Natalie's legs were trapped beneath Nick. She moved the right one slightly to the left and arched it upward gently, rubbing back and forth against the front of his trousers.

"You're done," he decided quickly. His head dipped down and he caught hold of the nipple between his lips, kissing it and squeezing it lightly. His hands moved immediately to the buttons on the front of her pajama tops, slipping into the buttonholes in a search-and-destroy mission.

Natalie's fingers traveled through his hair again, burrowing, caressing, finally locking together around the back of his neck. Her legs, too, wound around him. When the pajama buttons came loose, his hands slid to the small of her back, supporting her.
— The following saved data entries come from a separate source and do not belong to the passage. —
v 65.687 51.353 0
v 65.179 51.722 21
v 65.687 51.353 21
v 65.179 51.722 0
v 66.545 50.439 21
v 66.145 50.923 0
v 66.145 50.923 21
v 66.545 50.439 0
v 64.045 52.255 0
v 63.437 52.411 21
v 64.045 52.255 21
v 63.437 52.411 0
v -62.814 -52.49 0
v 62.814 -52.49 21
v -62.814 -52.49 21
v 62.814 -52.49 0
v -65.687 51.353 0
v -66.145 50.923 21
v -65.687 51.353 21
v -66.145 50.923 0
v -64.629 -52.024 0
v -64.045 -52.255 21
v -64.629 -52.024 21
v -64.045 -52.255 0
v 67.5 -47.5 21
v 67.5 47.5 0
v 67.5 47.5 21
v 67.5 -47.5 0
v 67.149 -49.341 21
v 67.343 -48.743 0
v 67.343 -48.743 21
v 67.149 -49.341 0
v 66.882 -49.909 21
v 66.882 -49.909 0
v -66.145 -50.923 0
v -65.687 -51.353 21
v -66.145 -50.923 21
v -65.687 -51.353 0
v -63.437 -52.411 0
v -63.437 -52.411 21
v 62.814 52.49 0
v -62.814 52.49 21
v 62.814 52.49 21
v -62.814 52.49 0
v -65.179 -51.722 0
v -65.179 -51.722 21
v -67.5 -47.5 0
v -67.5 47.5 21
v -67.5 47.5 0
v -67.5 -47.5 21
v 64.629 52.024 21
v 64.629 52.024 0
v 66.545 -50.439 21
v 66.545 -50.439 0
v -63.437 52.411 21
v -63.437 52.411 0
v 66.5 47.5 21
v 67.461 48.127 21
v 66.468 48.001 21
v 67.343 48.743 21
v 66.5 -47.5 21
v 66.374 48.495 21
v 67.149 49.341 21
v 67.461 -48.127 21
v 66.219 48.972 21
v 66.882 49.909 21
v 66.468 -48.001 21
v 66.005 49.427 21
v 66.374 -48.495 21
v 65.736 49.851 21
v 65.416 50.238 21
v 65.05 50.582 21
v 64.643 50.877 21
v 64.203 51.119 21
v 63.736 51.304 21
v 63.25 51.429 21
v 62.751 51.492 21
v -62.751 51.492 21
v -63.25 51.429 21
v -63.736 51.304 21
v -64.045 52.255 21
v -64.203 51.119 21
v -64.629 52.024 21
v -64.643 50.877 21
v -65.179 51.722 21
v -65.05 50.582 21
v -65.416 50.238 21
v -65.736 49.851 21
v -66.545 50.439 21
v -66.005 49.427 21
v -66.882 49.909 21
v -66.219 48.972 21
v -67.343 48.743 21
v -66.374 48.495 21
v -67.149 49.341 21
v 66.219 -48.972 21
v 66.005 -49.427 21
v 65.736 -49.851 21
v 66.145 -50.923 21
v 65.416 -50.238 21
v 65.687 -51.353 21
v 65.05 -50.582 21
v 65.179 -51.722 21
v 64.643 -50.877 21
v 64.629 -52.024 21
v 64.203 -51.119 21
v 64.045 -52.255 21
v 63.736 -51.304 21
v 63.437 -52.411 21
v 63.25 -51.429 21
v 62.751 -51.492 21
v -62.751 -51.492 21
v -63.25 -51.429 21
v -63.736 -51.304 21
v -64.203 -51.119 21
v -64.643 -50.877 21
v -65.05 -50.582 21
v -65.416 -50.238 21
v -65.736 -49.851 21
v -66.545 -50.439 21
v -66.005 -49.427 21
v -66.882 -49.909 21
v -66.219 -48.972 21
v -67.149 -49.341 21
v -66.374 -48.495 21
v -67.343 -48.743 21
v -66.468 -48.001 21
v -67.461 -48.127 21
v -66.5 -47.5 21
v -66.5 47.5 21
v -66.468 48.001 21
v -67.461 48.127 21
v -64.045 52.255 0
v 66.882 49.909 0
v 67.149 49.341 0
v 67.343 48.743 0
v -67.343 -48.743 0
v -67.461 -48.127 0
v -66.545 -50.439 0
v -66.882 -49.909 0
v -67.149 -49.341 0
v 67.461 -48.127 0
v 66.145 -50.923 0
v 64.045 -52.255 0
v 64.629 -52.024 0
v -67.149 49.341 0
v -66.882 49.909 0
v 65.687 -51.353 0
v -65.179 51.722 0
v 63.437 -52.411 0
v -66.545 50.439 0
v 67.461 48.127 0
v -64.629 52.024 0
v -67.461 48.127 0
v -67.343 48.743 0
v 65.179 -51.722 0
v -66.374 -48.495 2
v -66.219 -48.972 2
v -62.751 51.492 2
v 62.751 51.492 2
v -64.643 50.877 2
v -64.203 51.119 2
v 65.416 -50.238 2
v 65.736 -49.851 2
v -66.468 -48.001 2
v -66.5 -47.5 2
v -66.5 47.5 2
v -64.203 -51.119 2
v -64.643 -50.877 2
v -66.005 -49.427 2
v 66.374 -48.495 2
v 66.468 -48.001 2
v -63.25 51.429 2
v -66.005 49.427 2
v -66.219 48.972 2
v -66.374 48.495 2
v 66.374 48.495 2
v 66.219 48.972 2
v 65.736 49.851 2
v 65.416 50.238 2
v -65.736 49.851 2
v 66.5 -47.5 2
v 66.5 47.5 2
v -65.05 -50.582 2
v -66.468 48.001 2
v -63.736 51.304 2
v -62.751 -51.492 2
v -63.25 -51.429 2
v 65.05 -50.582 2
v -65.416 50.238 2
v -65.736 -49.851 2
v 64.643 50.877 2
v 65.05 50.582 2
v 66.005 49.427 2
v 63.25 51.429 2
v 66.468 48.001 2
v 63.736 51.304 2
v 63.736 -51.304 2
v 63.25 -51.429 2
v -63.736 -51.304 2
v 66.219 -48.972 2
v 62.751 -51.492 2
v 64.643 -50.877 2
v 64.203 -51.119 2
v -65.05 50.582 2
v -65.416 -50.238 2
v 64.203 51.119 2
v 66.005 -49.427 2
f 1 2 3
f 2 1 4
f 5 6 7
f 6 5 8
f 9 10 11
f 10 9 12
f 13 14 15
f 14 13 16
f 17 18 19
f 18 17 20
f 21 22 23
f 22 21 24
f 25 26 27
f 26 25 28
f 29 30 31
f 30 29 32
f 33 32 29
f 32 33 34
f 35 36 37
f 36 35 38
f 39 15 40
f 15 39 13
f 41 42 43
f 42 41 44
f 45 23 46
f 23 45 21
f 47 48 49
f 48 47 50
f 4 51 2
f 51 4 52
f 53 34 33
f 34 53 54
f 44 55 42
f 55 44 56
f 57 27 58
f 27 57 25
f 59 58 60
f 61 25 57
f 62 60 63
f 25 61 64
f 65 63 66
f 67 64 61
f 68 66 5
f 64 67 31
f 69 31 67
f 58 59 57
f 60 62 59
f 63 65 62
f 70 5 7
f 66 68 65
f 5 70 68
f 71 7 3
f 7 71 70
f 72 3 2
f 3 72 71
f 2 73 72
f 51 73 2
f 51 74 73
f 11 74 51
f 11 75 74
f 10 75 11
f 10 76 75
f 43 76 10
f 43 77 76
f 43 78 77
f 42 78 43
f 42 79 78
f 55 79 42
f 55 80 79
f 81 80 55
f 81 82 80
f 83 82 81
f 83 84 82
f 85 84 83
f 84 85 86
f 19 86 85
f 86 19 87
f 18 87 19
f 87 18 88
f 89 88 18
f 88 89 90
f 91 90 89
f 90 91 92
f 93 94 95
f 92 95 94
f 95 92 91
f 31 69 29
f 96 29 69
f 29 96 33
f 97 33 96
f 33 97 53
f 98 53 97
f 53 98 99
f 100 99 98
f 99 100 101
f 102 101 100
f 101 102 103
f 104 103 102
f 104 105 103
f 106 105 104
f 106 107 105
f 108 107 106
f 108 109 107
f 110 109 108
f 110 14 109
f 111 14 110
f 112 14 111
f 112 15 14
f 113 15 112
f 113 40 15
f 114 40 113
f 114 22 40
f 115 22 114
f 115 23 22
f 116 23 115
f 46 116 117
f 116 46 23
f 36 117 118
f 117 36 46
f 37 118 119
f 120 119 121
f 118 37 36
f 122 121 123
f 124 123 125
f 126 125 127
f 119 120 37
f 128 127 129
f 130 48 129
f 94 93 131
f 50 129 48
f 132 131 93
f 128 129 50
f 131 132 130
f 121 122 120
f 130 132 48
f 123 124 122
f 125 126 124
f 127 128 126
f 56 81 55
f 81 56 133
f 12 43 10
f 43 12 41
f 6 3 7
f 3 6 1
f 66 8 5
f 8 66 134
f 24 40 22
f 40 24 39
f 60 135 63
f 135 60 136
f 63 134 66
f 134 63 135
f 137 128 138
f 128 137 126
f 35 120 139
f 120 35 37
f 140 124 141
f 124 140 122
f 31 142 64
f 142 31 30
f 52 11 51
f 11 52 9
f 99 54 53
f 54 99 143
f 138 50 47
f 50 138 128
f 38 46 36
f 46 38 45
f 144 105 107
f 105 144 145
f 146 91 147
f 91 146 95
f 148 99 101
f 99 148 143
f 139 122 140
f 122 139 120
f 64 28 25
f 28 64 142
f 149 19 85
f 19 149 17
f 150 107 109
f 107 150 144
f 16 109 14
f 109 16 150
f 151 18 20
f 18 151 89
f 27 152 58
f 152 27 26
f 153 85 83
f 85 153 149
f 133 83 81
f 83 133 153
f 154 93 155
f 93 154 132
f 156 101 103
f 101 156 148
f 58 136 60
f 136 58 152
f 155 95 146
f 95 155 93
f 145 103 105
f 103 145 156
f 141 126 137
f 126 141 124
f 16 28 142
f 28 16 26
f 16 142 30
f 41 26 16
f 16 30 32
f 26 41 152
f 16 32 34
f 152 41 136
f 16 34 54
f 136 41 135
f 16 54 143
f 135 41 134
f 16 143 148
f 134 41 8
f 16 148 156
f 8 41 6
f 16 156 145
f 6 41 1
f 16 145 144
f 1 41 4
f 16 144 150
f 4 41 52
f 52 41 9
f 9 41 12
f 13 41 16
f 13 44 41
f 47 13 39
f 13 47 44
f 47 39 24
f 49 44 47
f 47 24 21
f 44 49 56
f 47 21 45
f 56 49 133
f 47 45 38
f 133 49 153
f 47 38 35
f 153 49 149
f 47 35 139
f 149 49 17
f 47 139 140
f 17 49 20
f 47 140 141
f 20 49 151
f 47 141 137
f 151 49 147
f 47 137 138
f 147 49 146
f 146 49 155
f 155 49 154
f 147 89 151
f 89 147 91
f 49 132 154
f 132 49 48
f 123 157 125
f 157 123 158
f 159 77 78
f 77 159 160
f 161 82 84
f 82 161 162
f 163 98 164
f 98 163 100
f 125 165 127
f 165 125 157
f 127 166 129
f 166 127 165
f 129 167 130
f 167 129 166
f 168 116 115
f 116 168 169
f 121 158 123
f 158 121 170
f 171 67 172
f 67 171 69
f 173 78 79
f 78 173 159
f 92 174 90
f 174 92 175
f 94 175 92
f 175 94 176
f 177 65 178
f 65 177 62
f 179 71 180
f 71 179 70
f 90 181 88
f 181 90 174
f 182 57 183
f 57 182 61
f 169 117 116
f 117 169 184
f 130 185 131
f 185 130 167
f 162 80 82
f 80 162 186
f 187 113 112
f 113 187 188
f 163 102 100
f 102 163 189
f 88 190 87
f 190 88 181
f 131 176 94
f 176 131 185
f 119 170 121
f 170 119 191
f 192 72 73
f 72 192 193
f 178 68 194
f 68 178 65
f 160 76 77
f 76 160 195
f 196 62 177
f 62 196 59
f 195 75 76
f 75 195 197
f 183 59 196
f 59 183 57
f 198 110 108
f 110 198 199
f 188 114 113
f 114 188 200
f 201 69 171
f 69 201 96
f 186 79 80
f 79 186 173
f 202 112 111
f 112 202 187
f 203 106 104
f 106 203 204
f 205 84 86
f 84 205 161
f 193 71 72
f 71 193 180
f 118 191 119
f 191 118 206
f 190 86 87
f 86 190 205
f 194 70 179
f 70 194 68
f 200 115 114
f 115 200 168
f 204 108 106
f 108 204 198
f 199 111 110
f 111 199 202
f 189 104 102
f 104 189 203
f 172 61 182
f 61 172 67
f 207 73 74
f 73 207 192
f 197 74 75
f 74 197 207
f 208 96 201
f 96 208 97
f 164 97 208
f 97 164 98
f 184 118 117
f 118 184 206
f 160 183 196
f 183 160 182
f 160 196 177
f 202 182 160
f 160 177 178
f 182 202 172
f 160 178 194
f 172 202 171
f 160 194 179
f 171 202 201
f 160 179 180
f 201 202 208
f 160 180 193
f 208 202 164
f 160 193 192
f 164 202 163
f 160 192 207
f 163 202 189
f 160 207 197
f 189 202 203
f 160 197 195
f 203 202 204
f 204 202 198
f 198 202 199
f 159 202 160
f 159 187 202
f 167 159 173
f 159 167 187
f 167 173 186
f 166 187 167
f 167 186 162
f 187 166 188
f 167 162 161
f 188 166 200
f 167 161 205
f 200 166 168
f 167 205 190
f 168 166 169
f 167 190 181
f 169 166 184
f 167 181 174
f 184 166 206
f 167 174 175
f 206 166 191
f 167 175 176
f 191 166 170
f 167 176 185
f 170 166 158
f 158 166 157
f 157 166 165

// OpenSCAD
$fn = 50;


difference() {
	union() {
		hull() {
			translate(v = [-62.5000000000, 47.5000000000, 0]) {
				cylinder(h = 21, r = 5);
			}
			translate(v = [62.5000000000, 47.5000000000, 0]) {
				cylinder(h = 21, r = 5);
			}
			translate(v = [-62.5000000000, -47.5000000000, 0]) {
				cylinder(h = 21, r = 5);
			}
			translate(v = [62.5000000000, -47.5000000000, 0]) {
				cylinder(h = 21, r = 5);
			}
		}
	}
	union() {
		translate(v = [0, 0, 2]) {
			hull() {
				translate(v = [-62.5000000000, 47.5000000000, 0]) {
					cylinder(h = 19, r = 4);
				}
				translate(v = [62.5000000000, 47.5000000000, 0]) {
					cylinder(h = 19, r = 4);
				}
				translate(v = [-62.5000000000, -47.5000000000, 0]) {
					cylinder(h = 19, r = 4);
				}
				translate(v = [62.5000000000, -47.5000000000, 0]) {
					cylinder(h = 19, r = 4);
				}
			}
		}
	}
}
Natalie released her hands from his neck and fell backward as Nick rose to his feet, letting gravity take the cloth from her skin. Momentum carried her back upward, her fingers lacing together behind his neck, her mouth locked on his, sharing his breath.

She didn't quite feel the unsteady steps as his kicked off his shoes on the way to the bedroom. Sidney was no more than a gray shadow, slipping out of the room with an annoyed cry as they fell down upon the bed, disturbing his feline slumber. Nick had fallen backwards and she sat astride his waist, undoing the buttons on his rumpled vest, then the shirt beneath. She slipped down over his legs and to the floor, working on the buckle of his pants as he slid his arms from his clothing, then divested himself of his undershirt. He sat up suddenly once the buckle was open, lowering his hand to her. As she stood, his other hand caught the elastic of her pajama bottoms, taking the band far enough over her hips that gravity divested her of her clothing.
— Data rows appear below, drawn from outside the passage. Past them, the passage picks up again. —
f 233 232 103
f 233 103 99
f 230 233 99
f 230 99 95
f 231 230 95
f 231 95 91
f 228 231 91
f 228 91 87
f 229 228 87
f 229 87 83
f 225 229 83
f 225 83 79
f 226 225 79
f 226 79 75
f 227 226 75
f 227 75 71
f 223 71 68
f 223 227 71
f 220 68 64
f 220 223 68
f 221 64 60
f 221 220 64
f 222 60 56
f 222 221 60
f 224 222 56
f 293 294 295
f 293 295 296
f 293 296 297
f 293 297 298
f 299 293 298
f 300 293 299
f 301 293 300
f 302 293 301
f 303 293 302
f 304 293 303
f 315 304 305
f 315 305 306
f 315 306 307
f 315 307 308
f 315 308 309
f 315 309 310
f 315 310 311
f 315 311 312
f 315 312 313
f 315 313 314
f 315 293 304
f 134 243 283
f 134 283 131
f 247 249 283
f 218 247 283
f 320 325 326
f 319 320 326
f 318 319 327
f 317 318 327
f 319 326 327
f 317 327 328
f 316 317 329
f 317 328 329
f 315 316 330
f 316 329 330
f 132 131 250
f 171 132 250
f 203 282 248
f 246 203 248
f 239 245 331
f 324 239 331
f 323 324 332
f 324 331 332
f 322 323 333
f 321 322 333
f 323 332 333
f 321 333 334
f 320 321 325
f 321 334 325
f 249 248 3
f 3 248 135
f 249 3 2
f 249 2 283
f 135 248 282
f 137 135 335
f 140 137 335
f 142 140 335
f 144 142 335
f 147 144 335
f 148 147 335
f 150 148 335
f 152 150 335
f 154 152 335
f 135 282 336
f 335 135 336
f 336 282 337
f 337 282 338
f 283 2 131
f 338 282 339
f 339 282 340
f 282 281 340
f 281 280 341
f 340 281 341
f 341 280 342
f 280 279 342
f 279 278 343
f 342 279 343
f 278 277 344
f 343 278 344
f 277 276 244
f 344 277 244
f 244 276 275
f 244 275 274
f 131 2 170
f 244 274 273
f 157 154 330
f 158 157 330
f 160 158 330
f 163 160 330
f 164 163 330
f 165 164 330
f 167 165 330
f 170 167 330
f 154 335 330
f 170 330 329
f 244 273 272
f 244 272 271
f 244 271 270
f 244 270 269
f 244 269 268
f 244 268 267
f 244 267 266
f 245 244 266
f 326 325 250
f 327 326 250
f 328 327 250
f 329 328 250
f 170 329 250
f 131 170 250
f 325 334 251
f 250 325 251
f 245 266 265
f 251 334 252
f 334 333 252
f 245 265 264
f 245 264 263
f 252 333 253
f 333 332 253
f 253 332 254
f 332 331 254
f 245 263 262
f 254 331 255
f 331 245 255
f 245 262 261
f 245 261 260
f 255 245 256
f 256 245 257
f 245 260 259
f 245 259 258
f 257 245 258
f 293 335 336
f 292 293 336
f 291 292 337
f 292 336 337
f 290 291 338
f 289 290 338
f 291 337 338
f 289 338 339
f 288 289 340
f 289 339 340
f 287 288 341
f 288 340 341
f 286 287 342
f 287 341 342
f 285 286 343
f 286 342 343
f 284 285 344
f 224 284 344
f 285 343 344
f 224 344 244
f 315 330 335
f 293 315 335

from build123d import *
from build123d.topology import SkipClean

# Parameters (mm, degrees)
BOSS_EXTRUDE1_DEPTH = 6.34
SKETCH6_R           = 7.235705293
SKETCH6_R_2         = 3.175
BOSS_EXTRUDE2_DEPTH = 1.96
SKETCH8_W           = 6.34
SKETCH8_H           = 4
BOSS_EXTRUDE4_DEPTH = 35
Natalie pulled him up off the bed and managed much the same feat, Nick's boxer shorts and his trousers pooling around his feet in an instant's time. He caught hold of Natalie, drawing her into his arms, flesh to flesh, then allowed himself to fall back upon the bed again, taking her along for the ride.

Gazing into one another's eyes, they found the fierce passion had abated. It was only them, still flesh to flesh, but more heart to heart and soul to soul. Natalie reached up a hand to brush the hair from his forehead. Gazing down into those too-blue eyes, she realized that she might have lost this, might have lost him, forever.

And still might . . . .

Nick fingers brushed her cheek, his hand moving into her hair, pulling her head down to his own. They kissed tentatively, as if testing one another, trying to find the common ground between them. The kiss deepened, becoming more explorative - tongues touched and tangled. Distantly, Natalie realized that she had not felt his fangs yet, had seen no sign of the green-gold in his eyes. Raising her head, she opened her eyes and met his - no gold danced in the depths.
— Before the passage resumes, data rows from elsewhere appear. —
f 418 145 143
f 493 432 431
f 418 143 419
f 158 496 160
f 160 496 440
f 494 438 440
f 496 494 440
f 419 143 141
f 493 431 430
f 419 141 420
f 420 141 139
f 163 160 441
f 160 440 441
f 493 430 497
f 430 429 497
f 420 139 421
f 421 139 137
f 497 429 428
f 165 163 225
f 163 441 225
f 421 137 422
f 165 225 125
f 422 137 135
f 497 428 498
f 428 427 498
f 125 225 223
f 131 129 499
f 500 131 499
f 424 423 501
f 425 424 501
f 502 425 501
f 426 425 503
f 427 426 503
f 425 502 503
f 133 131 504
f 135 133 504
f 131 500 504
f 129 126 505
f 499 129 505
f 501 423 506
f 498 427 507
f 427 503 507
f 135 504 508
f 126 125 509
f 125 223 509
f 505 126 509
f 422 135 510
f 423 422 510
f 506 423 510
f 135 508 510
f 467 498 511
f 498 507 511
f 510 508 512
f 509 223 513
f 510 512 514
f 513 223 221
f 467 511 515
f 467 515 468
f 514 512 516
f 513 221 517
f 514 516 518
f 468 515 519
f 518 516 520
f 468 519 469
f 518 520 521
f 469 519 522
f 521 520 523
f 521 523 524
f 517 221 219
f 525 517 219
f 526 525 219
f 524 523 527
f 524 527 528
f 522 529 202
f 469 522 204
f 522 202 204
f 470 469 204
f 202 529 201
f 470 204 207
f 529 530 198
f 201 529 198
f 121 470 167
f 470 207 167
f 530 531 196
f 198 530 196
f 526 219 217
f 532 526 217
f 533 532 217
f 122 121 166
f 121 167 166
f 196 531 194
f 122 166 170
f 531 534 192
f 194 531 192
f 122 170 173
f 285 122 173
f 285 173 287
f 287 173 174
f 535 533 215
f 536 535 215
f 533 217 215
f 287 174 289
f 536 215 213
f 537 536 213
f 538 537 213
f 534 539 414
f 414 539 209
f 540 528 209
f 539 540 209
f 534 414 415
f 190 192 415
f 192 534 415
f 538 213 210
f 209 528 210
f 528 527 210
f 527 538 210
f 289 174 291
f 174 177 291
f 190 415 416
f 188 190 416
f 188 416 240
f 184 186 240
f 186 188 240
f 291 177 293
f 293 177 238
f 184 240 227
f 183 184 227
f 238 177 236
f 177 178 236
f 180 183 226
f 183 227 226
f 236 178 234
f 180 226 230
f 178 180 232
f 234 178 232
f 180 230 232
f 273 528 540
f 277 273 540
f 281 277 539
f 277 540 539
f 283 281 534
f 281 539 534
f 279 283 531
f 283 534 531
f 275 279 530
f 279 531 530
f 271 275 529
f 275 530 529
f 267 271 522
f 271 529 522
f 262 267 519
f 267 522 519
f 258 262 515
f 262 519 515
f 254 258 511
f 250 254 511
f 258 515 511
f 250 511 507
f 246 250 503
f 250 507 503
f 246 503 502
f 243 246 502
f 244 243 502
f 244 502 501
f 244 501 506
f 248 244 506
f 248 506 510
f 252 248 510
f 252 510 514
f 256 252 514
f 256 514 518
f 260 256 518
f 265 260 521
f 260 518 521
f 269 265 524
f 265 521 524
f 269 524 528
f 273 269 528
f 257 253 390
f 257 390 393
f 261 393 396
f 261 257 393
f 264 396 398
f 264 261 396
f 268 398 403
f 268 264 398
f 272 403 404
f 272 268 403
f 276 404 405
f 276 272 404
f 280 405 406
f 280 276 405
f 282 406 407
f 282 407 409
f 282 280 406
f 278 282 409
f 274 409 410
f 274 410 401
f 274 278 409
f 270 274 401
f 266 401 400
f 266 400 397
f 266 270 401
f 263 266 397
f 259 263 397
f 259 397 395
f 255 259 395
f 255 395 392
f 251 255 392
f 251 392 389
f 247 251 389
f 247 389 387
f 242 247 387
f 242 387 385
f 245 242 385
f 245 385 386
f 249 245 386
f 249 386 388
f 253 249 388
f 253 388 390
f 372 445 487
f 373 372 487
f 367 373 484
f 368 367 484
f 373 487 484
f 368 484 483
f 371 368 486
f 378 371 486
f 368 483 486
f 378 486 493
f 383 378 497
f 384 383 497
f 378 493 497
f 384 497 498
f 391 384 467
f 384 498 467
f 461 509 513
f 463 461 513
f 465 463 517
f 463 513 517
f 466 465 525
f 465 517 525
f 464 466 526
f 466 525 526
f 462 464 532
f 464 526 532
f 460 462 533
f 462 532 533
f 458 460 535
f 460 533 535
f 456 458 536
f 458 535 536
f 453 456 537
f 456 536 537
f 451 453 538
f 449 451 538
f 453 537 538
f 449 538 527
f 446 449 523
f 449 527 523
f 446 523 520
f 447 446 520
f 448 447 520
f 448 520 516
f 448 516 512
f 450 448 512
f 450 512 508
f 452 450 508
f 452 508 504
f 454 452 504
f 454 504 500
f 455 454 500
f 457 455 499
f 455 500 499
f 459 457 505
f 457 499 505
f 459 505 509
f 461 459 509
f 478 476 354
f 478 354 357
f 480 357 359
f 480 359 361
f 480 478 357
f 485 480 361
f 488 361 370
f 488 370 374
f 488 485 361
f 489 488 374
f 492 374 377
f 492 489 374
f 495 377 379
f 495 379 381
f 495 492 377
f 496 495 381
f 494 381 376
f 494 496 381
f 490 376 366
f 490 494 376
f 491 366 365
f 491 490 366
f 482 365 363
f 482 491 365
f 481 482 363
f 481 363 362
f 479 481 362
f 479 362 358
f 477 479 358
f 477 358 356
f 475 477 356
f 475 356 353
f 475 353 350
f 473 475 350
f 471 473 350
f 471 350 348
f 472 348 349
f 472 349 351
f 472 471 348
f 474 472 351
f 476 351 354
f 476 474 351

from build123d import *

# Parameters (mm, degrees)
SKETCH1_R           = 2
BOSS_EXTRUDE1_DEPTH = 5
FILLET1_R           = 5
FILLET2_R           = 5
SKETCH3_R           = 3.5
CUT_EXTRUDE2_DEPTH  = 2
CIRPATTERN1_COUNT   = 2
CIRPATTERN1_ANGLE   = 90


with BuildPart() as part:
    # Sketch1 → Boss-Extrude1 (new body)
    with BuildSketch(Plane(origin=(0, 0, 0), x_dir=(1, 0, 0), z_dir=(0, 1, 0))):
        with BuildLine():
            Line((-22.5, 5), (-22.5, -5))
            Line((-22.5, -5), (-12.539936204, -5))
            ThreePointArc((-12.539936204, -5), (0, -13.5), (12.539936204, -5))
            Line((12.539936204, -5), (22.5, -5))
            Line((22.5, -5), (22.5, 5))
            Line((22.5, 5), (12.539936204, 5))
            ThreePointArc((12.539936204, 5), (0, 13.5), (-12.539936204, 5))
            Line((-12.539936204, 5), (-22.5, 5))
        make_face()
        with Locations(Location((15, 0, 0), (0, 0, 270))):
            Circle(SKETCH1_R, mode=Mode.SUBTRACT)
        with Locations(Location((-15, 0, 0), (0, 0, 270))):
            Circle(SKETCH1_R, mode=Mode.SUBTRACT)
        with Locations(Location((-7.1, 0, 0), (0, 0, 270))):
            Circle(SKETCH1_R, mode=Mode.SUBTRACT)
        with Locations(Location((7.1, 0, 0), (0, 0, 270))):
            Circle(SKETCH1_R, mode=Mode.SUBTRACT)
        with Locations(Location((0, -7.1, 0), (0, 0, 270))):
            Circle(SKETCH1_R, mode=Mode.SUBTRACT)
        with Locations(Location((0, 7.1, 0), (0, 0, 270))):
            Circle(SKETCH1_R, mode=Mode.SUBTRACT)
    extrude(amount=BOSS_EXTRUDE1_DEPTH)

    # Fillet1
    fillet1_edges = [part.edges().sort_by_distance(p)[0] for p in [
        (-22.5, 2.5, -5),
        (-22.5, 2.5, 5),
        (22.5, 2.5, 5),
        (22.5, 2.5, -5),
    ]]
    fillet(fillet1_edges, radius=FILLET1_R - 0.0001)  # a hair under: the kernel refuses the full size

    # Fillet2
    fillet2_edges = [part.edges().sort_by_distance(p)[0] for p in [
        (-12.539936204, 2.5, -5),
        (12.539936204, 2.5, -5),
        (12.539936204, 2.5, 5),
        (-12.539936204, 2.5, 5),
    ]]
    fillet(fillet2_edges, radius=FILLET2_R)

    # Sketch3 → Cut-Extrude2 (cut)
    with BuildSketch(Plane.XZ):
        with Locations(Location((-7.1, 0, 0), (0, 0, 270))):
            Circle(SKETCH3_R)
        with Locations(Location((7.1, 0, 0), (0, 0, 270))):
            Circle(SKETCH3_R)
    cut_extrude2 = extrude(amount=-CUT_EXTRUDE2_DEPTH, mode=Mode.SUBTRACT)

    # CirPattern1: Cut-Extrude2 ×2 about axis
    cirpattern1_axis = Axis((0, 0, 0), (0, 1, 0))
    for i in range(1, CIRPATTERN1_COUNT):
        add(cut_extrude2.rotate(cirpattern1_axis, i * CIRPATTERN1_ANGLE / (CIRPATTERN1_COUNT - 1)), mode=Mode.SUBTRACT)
When Nick turned on his side, Natalie slid easier to the bed beside him. His body molded to her own, his arm falling over her as her head lowered to rest on the pillow. She could feel the slight chill of his breath on her neck - it made her shiver. Before she could reach up to draw his arm more tightly around her, it disappeared. The bed shifted with the momentary lack of Nick's weight, then again as he returned. The soft, blue blanket she kept over the back of the chair in the corner of the room fell down upon her and then he was beside her again, his body snuggled tightly to her own, his arm still guarding and possessing her, but over the blanket this time. She knew then that they were, indeed, a couple. Tonight she'd passed the point of no return - it had gotten too deep for her to ever get out, ever again.

Only as she drifted off to sleep did Natalie realize the thought didn't scare her as much as she once thought it would. Nick loved her.

It was enough for now. And for forever.